When it came to biology, the thing that sparked my urge for exploration was a classic movie. Fantastic Voyage (1966), starring Stephen Boyd and Rachel Welch, was about a team of scientists who shrink themselves down so that they can be injected into a man’s bloodstream in a miniaturized craft to save his life. Even if you haven’t seen it, it has been spoofed many times in popular culture. Futurama borrowed from the concept in the egg-salad sandwich episode, and it was also liberally copied by Family Guy in the episode where Stewie tries to prevent his brother from being born.

Seeing things like white and red blood cells and the structure of the internal organs on such a massive scale was incredibly impressive to me at that age. I was fascinated by the fact that the human body has built-in defenses to keep itself healthy, and I was determined to learn more. I saw Fantastic Voyage when I was 8-years-old; at the time my family owned an Intellevision game console. I could probably do a whole series of Forgotten articles about Intellevision games like Deadly Discs of Tron, and others. Suffice to say for now that, after seeing Fantastic Voyage, the idea that I could participate in such a journey actively was going to blow my tiny little mind. 

Sly, sly, slippety sly — the femoral artery is in the thigh!
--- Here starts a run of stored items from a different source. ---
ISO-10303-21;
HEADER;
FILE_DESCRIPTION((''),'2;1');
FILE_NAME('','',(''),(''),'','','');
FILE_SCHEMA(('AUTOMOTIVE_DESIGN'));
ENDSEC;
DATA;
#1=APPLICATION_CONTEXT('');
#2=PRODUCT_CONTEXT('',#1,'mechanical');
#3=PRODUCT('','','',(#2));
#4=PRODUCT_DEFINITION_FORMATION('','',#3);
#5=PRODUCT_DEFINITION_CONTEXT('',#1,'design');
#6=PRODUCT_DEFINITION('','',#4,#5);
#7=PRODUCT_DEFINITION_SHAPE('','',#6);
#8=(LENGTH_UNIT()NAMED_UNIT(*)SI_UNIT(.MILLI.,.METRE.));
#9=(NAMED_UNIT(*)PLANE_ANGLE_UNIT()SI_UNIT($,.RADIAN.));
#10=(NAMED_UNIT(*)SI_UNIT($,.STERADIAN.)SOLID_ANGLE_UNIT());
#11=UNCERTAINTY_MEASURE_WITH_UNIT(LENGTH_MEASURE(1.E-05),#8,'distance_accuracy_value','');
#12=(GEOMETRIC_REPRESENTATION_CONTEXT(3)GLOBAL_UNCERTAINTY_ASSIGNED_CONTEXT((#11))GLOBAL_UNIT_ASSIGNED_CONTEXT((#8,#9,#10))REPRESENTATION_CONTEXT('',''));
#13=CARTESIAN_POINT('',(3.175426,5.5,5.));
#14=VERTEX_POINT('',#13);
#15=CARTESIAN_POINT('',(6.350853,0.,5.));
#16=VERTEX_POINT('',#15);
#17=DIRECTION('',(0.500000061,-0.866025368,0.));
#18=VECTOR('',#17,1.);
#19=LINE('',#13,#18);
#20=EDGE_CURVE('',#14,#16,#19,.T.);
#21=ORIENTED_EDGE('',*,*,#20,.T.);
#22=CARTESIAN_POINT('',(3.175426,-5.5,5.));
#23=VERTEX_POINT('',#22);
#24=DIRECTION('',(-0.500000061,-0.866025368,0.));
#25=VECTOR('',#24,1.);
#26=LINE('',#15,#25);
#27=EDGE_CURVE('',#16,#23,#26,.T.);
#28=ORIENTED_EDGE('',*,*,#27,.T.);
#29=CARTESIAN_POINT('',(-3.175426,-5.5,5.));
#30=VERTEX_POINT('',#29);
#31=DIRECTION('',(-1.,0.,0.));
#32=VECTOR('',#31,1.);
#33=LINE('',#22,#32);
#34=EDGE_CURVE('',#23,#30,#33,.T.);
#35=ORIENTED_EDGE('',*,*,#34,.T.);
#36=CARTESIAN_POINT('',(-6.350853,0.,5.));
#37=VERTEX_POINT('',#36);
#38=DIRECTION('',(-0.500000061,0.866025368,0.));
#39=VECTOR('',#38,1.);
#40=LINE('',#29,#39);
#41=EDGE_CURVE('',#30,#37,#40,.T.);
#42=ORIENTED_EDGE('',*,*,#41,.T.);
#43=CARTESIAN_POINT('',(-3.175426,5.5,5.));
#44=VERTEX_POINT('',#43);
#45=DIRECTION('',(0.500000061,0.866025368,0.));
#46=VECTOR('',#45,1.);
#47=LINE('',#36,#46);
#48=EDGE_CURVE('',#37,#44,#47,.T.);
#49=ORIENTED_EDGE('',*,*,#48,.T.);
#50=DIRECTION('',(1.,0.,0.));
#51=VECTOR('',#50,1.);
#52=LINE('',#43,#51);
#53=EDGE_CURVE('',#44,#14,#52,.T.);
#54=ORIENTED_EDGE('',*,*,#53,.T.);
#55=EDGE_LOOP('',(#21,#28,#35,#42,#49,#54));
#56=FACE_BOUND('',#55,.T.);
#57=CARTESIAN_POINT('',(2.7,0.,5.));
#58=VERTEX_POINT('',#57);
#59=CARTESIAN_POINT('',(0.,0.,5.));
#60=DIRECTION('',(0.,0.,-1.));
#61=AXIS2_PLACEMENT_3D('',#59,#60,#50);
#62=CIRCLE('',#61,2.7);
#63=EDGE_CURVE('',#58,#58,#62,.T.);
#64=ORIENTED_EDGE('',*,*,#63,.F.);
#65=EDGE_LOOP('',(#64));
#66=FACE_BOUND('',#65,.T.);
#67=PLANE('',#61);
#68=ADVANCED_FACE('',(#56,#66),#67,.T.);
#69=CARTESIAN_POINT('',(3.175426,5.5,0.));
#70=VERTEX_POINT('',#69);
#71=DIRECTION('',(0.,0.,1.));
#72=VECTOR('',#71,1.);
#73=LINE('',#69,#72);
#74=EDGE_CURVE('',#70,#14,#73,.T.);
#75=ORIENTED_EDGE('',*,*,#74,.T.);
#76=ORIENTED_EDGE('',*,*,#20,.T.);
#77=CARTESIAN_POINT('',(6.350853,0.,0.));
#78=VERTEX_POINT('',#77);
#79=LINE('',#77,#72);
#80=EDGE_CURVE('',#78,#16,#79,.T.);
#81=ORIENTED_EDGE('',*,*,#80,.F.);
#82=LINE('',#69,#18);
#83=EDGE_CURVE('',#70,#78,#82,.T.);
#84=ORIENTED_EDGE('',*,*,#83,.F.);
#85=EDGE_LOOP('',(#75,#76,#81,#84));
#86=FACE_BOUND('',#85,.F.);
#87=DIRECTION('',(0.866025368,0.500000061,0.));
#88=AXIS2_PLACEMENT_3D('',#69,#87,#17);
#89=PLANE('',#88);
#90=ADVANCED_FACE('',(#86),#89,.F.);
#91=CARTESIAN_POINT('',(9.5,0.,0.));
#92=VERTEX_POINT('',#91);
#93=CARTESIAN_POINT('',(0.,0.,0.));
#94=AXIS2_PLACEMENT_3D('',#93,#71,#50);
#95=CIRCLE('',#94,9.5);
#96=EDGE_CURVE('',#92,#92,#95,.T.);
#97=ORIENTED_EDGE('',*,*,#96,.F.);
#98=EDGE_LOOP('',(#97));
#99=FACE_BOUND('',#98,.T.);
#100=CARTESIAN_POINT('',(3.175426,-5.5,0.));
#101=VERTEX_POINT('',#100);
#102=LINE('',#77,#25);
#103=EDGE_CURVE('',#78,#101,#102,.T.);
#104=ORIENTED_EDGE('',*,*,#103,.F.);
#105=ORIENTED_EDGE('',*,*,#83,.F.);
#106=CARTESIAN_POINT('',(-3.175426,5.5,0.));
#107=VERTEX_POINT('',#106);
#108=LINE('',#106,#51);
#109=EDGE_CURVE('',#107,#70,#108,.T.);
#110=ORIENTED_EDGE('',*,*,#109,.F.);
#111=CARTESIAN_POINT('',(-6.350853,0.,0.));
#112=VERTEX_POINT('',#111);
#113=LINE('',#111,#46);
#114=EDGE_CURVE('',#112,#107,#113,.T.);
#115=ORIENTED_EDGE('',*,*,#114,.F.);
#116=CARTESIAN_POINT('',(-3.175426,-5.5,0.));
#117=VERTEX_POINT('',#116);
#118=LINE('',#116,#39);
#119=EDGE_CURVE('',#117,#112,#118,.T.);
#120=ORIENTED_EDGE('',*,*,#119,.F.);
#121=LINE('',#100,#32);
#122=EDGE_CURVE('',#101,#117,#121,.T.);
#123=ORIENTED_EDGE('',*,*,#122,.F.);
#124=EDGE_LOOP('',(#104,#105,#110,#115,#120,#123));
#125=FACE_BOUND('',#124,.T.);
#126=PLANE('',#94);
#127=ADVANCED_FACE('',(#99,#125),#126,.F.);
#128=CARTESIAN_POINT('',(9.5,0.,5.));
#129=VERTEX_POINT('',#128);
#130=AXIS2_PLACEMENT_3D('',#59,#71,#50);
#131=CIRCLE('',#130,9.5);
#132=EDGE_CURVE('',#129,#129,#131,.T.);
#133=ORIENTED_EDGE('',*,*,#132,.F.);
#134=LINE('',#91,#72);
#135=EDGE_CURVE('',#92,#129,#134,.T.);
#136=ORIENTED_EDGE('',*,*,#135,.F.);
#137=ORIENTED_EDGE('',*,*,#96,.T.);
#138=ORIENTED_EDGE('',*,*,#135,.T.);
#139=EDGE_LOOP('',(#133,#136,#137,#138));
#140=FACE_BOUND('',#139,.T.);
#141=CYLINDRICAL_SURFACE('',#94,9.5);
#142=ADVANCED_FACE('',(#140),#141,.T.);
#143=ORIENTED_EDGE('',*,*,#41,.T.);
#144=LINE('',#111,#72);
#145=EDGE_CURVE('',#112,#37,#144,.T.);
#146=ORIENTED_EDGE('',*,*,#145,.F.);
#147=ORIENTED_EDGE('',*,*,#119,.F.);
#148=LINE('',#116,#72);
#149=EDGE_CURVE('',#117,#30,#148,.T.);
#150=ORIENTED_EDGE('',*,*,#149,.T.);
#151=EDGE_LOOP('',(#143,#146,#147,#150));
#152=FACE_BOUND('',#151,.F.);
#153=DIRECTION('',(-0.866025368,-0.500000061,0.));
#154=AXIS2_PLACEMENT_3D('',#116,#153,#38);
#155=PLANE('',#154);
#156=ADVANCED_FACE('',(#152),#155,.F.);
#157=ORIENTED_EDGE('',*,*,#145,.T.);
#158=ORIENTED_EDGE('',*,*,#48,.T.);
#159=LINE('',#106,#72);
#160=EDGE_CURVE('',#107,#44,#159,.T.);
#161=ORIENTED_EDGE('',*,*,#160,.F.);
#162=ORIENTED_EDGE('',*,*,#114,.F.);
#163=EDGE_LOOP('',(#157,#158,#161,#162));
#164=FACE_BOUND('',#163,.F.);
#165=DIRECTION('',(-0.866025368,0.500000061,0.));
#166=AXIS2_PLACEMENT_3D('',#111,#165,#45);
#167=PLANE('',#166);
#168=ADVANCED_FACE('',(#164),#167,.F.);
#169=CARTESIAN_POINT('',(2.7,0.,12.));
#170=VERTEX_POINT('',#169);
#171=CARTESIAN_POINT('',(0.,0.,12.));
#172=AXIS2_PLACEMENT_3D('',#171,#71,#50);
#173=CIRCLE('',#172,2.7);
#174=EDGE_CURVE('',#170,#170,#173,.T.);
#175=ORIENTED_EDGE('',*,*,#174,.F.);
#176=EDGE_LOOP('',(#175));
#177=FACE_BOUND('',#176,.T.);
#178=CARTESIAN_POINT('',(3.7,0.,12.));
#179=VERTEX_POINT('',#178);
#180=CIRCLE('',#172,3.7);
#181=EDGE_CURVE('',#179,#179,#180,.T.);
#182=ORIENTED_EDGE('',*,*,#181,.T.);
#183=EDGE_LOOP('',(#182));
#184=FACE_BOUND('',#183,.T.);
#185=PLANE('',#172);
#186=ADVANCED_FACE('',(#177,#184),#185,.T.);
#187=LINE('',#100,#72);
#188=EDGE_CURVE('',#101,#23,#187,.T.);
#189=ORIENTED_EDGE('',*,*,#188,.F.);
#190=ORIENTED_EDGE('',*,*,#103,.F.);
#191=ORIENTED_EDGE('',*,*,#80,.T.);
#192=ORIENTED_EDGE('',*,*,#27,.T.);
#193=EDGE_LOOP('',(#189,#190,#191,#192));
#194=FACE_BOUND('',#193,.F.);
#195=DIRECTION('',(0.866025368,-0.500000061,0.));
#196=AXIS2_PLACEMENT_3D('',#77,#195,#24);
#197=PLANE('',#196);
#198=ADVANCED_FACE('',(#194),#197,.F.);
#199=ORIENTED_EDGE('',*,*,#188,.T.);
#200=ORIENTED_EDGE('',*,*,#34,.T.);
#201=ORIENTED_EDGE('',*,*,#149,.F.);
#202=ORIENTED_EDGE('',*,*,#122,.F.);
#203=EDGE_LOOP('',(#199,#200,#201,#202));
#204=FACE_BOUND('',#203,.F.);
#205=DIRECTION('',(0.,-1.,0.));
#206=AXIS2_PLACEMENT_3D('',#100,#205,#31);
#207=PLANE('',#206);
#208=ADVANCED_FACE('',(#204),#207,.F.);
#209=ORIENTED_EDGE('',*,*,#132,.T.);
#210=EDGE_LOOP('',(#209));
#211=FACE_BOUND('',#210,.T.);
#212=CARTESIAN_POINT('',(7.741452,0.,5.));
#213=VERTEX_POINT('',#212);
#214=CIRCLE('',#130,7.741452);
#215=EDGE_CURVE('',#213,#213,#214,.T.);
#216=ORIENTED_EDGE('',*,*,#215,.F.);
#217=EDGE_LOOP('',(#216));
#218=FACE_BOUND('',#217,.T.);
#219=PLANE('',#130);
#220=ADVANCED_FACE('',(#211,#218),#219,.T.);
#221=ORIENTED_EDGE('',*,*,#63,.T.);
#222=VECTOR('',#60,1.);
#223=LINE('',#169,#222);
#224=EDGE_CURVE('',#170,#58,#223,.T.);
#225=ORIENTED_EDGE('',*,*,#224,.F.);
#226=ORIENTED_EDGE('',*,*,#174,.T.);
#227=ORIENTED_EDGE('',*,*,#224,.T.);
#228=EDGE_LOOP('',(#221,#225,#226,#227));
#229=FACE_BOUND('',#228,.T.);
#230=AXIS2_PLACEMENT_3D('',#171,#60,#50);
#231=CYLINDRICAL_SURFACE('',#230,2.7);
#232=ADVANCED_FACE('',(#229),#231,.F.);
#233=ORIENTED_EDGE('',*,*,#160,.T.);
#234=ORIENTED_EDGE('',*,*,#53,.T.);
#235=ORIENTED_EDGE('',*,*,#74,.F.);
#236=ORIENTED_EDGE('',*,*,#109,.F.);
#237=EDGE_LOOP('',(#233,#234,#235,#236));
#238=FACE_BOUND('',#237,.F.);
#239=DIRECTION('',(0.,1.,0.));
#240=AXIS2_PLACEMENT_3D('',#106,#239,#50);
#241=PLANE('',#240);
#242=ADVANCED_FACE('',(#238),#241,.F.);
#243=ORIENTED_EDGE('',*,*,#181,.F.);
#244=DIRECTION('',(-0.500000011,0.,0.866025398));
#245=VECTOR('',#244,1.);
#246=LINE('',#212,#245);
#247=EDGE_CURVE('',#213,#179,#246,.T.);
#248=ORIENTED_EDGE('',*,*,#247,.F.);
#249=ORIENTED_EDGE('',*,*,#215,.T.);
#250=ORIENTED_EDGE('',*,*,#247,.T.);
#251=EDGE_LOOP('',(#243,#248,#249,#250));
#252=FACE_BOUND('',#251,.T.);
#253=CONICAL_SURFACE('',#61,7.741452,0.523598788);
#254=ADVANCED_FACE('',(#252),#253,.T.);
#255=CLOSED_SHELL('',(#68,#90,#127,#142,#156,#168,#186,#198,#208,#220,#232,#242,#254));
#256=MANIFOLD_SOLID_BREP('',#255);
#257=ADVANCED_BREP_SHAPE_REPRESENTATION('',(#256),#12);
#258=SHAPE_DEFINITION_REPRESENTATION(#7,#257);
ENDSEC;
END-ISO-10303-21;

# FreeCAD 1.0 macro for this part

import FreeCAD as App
import Part
import Sketcher
from FreeCAD import Vector
Q = App.Units.Quantity


def add_polygon(sketch, points):
    """Adds a closed chain of lines whose ends are joined by coincident constraints."""
    first, n = sketch.GeometryCount, len(points)
    for a, b in zip(points, points[1:] + points[:1]):
        sketch.addGeometry(Part.LineSegment(App.Vector(*a, 0), App.Vector(*b, 0)), False)
    for i in range(n):
        sketch.addConstraint(Sketcher.Constraint("Coincident", first + i, 2, first + (i + 1) % n, 1))

doc = App.newDocument("Part")
body = doc.addObject("PartDesign::Body", "Body")

# Sketch on XZ plane
sketch1 = body.newObject("Sketcher::SketchObject", "Sketch")
sketch1.AttachmentSupport = (doc.getObject("XZ_Plane"), [""])
sketch1.MapMode = "FlatFace"
add_polygon(sketch1, [(2.7, 12), (2.7, 0), (9.5, 0), (9.5, 5), (7.7, 5), (3.7, 12)])  # lines 0-5
sketch1.addConstraint([
    Sketcher.Constraint("Vertical", 0),
    Sketcher.Constraint("Horizontal", 1),
    Sketcher.Constraint("Vertical", 2),
    Sketcher.Constraint("Horizontal", 3),
    Sketcher.Constraint("Horizontal", 5),
    Sketcher.Constraint("PointOnObject", 0, 2, -1),
    Sketcher.Constraint("DistanceX", 5, 2, 5, 1, 1.0),
    Sketcher.Constraint("DistanceY", 0, 2, 0, 1, 12.0),
    Sketcher.Constraint("DistanceY", 2, 1, 2, 2, 5.0),
    Sketcher.Constraint("Angle", 4, Q("120.000001 deg")),
    Sketcher.Constraint("DistanceX", 1, 1, 1, 2, 6.8),
    Sketcher.Constraint("DistanceX", -1, 1, 0, 2, 2.7),
])
revolution = body.newObject("PartDesign::Revolution", "Revolution")
revolution.Profile = sketch1
revolution.ReferenceAxis = (sketch1, ["V_Axis"])
revolution.Angle = 360

# Sketch on XY plane
sketch2 = body.newObject("Sketcher::SketchObject", "Sketch001")
sketch2.AttachmentSupport = (doc.getObject("XY_Plane"), [""])
sketch2.MapMode = "FlatFace"
add_polygon(sketch2, [(3, 6), (6, 0), (3, -6), (-3, -6), (-6, 0), (-3, 6)])  # lines 0-5
sketch2.addConstraint([
    Sketcher.Constraint("Horizontal", 2),
    Sketcher.Constraint("Horizontal", 5),
    Sketcher.Constraint("Symmetric", 0, 2, 3, 2, -1, 1),
    Sketcher.Constraint("Symmetric", 1, 2, 4, 2, -1, 1),
    Sketcher.Constraint("PointOnObject", 0, 2, -1),
    Sketcher.Constraint("Parallel", 0, 3),
    Sketcher.Constraint("Vertical", 2, 2, 4, 2),
    Sketcher.Constraint("Angle", 0, Q("-59.999996 deg")),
Enter Microsurgeon. Released in 1982, it was a classic 2D game that charged the player with travelling through the human body to repair different ailments. More than any other game I’ve played in my life to date — I learned while I played Microsurgeon. I hate to bring up the “E” word, but without trying at all this game became the most effective form of edutainment I’ve ever encountered.

The reason for its success in being both entertaining and educational was very simple. It never tried to be educational. The things you learned from playing Microsurgeon were simply a side effect of participating in the gameplay. Children (hell, even adults), hate to feel that they’re being forced into any activity, even if it is beneficial to them. This game side-stepped that landmine altogether by simply saying — “here’s a world to explore, here are your objectives, and here are some weapons … good luck!”
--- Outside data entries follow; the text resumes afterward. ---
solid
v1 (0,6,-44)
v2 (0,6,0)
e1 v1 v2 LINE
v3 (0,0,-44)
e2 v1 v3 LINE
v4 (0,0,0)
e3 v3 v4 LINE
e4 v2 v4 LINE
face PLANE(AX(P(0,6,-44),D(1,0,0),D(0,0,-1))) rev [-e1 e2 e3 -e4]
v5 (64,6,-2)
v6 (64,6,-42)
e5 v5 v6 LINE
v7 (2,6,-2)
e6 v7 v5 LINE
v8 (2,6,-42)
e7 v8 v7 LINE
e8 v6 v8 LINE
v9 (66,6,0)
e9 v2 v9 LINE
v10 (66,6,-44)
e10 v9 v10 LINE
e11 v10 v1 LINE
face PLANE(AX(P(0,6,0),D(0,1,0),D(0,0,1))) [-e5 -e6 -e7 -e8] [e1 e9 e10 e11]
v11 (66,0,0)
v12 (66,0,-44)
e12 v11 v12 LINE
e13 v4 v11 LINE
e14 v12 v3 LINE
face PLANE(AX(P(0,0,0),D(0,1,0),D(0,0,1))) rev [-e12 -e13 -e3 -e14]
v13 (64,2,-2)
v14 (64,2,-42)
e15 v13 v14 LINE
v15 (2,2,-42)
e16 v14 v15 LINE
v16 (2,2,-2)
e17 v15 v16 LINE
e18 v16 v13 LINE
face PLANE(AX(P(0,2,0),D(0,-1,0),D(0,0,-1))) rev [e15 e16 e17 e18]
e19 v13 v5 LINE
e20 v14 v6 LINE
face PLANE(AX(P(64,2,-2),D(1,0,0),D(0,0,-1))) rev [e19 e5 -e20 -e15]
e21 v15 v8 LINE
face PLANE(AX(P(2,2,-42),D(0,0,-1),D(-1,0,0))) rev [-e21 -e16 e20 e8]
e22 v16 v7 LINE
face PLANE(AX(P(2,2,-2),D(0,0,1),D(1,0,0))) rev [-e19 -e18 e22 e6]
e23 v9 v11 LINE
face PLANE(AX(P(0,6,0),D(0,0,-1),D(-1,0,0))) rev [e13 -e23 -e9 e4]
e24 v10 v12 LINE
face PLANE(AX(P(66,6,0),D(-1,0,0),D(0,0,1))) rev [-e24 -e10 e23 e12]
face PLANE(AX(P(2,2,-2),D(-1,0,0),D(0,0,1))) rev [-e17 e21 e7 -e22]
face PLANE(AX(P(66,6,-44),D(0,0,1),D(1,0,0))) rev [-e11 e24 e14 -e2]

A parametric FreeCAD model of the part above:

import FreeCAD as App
import Part
import Sketcher

V = App.Vector


def add_polygon(sketch, points):
    """Adds a closed chain of lines whose ends are joined by coincident constraints."""
    first, n = sketch.GeometryCount, len(points)
    for a, b in zip(points, points[1:] + points[:1]):
        sketch.addGeometry(Part.LineSegment(App.Vector(*a, 0), App.Vector(*b, 0)), False)
    for i in range(n):
        sketch.addConstraint(Sketcher.Constraint("Coincident", first + i, 2, first + (i + 1) % n, 1))

doc = App.newDocument("Part")
body = doc.addObject("PartDesign::Body", "Body")

# Sketch on XZ plane
sketch1 = doc.addObject("Sketcher::SketchObject", "Sketch")
body.addObject(sketch1)
sketch1.AttachmentSupport = (doc.XZ_Plane, [""])
sketch1.MapMode = "FlatFace"
add_polygon(sketch1, [(0, -44), (0, 0), (66, 0), (66, -44)])  # lines 0-3
sketch1.addConstraint([
    Sketcher.Constraint("Vertical", 0),
    Sketcher.Constraint("Horizontal", 1),
    Sketcher.Constraint("Vertical", 2),
    Sketcher.Constraint("Horizontal", 3),
    Sketcher.Constraint("Coincident", 0, 2, -1, 1),
    Sketcher.Constraint("DistanceX", 1, 1, 1, 2, 66.0),
    Sketcher.Constraint("DistanceY", 0, 1, 0, 2, 44.0),
])
pad1 = doc.addObject("PartDesign::Pad", "Pad")
body.addObject(pad1)
pad1.Profile = sketch1
pad1.Length = 6
pad1.Reversed = True

# Sketch on XZ plane
sketch2 = doc.addObject("Sketcher::SketchObject", "Sketch001")
body.addObject(sketch2)
sketch2.AttachmentSupport = (doc.XZ_Plane, [""])
sketch2.MapMode = "FlatFace"
sketch2.AttachmentOffset = App.Placement(V(0, 0, -6), App.Rotation())
add_polygon(sketch2, [(2, -42), (2, -2), (64, -2), (64, -42)])  # lines 0-3
sketch2.addConstraint([
    Sketcher.Constraint("Vertical", 0),
    Sketcher.Constraint("Horizontal", 1),
    Sketcher.Constraint("Vertical", 2),
    Sketcher.Constraint("Horizontal", 3),
    Sketcher.Constraint("DistanceX", 1, 1, 1, 2, 62.0),
    Sketcher.Constraint("DistanceY", 0, 1, 0, 2, 40.0),
    Sketcher.Constraint("DistanceX", -1, 1, 0, 2, 2.0),
    Sketcher.Constraint("DistanceY", 0, 2, -1, 1, 2.0),
])
pocket1 = doc.addObject("PartDesign::Pocket", "Pocket")
body.addObject(pocket1)
pocket1.Profile = sketch2
pocket1.Length = 4
pocket1.Reversed = True

doc.recompute()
This is where even modern edutainment attempts come up short. Games like Professor Layton are really only upgrades to the old puzzle games like Myst, where the gameplay is separate from the payoff. You have to complete a puzzle in order to see the next part of the story. In Microsurgeon, the gameplay is the payoff. So how does this game succeed where so many others since have failed?

Where in the world is Carmen Sandiego’s Gall Bladder?

Let’s take navigating as an example. In the beginning of the game, you have plenty of time to get to whatever area of the body needs your attention. But as you progress, you have to learn how to get around more quickly. You quickly discover that trying to travel through fat, muscle, or organ walls is the slowest way of getting somewhere.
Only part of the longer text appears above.